*Work item*.
Using the listing below, print exactly everything from the line with "#131=FACE_BOUND('',#130,.T.);" down to the line with "END-ISO-10303-21;", both included, and nothing more.

*Exercise data*.
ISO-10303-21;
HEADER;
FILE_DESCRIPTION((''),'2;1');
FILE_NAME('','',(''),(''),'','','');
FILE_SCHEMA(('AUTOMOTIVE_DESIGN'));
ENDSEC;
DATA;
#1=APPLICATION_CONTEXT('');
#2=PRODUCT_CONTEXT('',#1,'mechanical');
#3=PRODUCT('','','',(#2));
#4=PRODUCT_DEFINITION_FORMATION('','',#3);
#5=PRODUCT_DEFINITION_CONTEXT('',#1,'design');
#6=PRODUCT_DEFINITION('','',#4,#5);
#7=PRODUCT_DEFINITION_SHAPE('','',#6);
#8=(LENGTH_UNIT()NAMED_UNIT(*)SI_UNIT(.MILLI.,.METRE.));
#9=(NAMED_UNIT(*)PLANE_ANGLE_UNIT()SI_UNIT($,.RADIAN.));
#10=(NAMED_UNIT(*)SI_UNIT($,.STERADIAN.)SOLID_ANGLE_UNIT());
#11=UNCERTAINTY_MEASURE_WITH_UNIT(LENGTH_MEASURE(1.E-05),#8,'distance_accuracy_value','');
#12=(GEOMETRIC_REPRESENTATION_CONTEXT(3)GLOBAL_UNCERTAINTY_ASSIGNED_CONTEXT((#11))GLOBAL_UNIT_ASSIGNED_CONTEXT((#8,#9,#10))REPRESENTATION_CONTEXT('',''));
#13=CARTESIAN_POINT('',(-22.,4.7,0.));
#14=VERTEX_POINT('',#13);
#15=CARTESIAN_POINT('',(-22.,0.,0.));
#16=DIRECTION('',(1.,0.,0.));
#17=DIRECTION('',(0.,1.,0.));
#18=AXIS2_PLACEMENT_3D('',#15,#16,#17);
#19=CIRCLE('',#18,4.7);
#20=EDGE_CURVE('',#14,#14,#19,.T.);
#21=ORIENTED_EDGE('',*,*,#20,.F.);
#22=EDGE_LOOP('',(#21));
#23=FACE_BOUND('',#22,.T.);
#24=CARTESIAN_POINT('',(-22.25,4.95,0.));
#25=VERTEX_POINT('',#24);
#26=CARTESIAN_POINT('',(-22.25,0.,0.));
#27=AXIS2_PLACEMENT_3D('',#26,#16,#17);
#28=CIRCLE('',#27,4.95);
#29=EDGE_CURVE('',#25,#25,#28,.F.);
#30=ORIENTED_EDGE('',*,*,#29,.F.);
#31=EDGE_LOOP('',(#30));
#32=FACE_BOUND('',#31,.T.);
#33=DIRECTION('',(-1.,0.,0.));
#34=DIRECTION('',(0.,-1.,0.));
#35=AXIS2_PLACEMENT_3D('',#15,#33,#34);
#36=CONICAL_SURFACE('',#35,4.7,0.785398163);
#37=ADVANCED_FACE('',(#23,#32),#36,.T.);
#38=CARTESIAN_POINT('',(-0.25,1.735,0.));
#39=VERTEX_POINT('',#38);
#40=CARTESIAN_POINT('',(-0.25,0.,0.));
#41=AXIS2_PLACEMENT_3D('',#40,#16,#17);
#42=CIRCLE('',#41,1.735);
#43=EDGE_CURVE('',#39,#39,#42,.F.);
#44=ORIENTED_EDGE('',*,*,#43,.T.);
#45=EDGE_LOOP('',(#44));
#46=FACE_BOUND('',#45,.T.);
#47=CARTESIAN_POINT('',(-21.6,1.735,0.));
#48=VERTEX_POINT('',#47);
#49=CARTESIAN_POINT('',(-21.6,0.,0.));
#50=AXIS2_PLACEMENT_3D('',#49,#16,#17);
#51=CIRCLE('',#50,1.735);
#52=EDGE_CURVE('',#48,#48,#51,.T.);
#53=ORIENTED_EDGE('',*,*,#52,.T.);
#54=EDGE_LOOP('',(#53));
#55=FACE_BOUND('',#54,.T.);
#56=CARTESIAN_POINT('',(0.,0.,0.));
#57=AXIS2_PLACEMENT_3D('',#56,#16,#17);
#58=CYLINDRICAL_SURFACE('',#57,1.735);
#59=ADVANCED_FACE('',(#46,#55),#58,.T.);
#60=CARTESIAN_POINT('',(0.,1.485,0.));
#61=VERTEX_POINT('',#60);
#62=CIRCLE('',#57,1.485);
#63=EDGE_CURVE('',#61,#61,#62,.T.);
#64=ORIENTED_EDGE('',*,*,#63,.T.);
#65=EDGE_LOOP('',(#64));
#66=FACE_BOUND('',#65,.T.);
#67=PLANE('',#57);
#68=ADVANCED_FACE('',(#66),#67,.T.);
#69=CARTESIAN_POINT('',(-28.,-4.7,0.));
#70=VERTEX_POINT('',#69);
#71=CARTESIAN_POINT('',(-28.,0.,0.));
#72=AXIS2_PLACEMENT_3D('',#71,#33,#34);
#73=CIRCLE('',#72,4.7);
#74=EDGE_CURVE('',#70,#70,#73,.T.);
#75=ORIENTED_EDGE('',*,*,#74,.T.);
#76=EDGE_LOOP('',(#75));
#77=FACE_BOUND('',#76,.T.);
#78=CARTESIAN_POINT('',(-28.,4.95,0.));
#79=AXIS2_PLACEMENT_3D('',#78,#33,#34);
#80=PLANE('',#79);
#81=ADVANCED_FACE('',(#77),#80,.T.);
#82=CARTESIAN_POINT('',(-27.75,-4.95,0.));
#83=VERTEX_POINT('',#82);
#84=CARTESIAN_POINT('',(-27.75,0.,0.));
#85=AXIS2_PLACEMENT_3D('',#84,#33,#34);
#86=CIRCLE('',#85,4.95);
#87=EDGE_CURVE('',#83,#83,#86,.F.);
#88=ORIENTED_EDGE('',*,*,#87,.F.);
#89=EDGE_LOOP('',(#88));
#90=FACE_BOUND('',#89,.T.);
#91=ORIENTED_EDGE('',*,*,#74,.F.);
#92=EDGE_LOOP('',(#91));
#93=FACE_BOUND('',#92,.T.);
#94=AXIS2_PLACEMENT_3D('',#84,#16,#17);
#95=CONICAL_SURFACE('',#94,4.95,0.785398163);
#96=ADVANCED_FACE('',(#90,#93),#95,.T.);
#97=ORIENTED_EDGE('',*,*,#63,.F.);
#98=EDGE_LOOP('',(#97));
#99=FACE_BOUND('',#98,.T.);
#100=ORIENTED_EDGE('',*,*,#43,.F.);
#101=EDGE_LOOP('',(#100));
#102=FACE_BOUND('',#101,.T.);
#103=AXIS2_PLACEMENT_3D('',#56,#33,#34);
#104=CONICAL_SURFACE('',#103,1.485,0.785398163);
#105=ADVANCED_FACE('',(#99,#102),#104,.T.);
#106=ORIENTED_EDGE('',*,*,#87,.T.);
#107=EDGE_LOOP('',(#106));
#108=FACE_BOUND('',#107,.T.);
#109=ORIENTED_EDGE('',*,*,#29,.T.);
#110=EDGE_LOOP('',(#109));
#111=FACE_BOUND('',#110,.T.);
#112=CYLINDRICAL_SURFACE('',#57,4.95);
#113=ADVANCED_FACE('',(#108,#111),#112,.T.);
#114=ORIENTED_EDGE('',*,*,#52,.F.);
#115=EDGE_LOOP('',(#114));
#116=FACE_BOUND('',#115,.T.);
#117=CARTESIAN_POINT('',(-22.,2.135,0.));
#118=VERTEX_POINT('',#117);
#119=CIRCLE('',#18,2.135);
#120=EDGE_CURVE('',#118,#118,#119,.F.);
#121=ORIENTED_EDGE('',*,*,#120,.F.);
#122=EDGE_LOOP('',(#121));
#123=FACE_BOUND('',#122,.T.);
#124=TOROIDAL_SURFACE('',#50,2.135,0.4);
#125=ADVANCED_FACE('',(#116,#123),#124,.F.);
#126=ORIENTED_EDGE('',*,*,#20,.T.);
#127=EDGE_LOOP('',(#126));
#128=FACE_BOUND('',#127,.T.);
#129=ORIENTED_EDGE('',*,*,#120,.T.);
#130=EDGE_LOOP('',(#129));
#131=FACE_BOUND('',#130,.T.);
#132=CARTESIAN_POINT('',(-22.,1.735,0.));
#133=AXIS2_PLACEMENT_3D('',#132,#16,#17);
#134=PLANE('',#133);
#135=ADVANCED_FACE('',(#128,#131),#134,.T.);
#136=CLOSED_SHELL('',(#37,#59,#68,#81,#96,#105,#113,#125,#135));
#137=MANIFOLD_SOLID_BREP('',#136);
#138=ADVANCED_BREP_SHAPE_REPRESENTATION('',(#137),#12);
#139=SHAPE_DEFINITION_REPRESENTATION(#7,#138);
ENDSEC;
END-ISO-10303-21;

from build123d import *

# Parameters (mm, degrees)
CHAMFER1_SIZE = 0.25
FILLET1_R     = 0.4


with BuildPart() as part:
    # Sketch1 → Revolve1 (revolve)
    with BuildSketch(Plane.XY):
        Polygon((0, 0), (0, 1.735), (-22, 1.735), (-22, 4.95), (-28, 4.95), (-28, 0), align=None)
    revolve(axis=Axis((0, 0, 0), (-1, 0, 0)))

    # Chamfer1
    chamfer1_edges = [part.edges().sort_by_distance(p)[0] for p in [
        (0, -1.735, 0),
        (-22, -4.95, 0),
        (-28, -4.95, 0),
    ]]
    chamfer(chamfer1_edges, length=CHAMFER1_SIZE)

    # Fillet1
    fillet1_edges = [part.edges().sort_by_distance(p)[0] for p in [
        (-22, -1.735, 0),
    ]]
    fillet(fillet1_edges, radius=FILLET1_R)


solid = part.part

*Reply to the task*.
#131=FACE_BOUND('',#130,.T.);
#132=CARTESIAN_POINT('',(-22.,1.735,0.));
#133=AXIS2_PLACEMENT_3D('',#132,#16,#17);
#134=PLANE('',#133);
#135=ADVANCED_FACE('',(#128,#131),#134,.T.);
#136=CLOSED_SHELL('',(#37,#59,#68,#81,#96,#105,#113,#125,#135));
#137=MANIFOLD_SOLID_BREP('',#136);
#138=ADVANCED_BREP_SHAPE_REPRESENTATION('',(#137),#12);
#139=SHAPE_DEFINITION_REPRESENTATION(#7,#138);
ENDSEC;
END-ISO-10303-21;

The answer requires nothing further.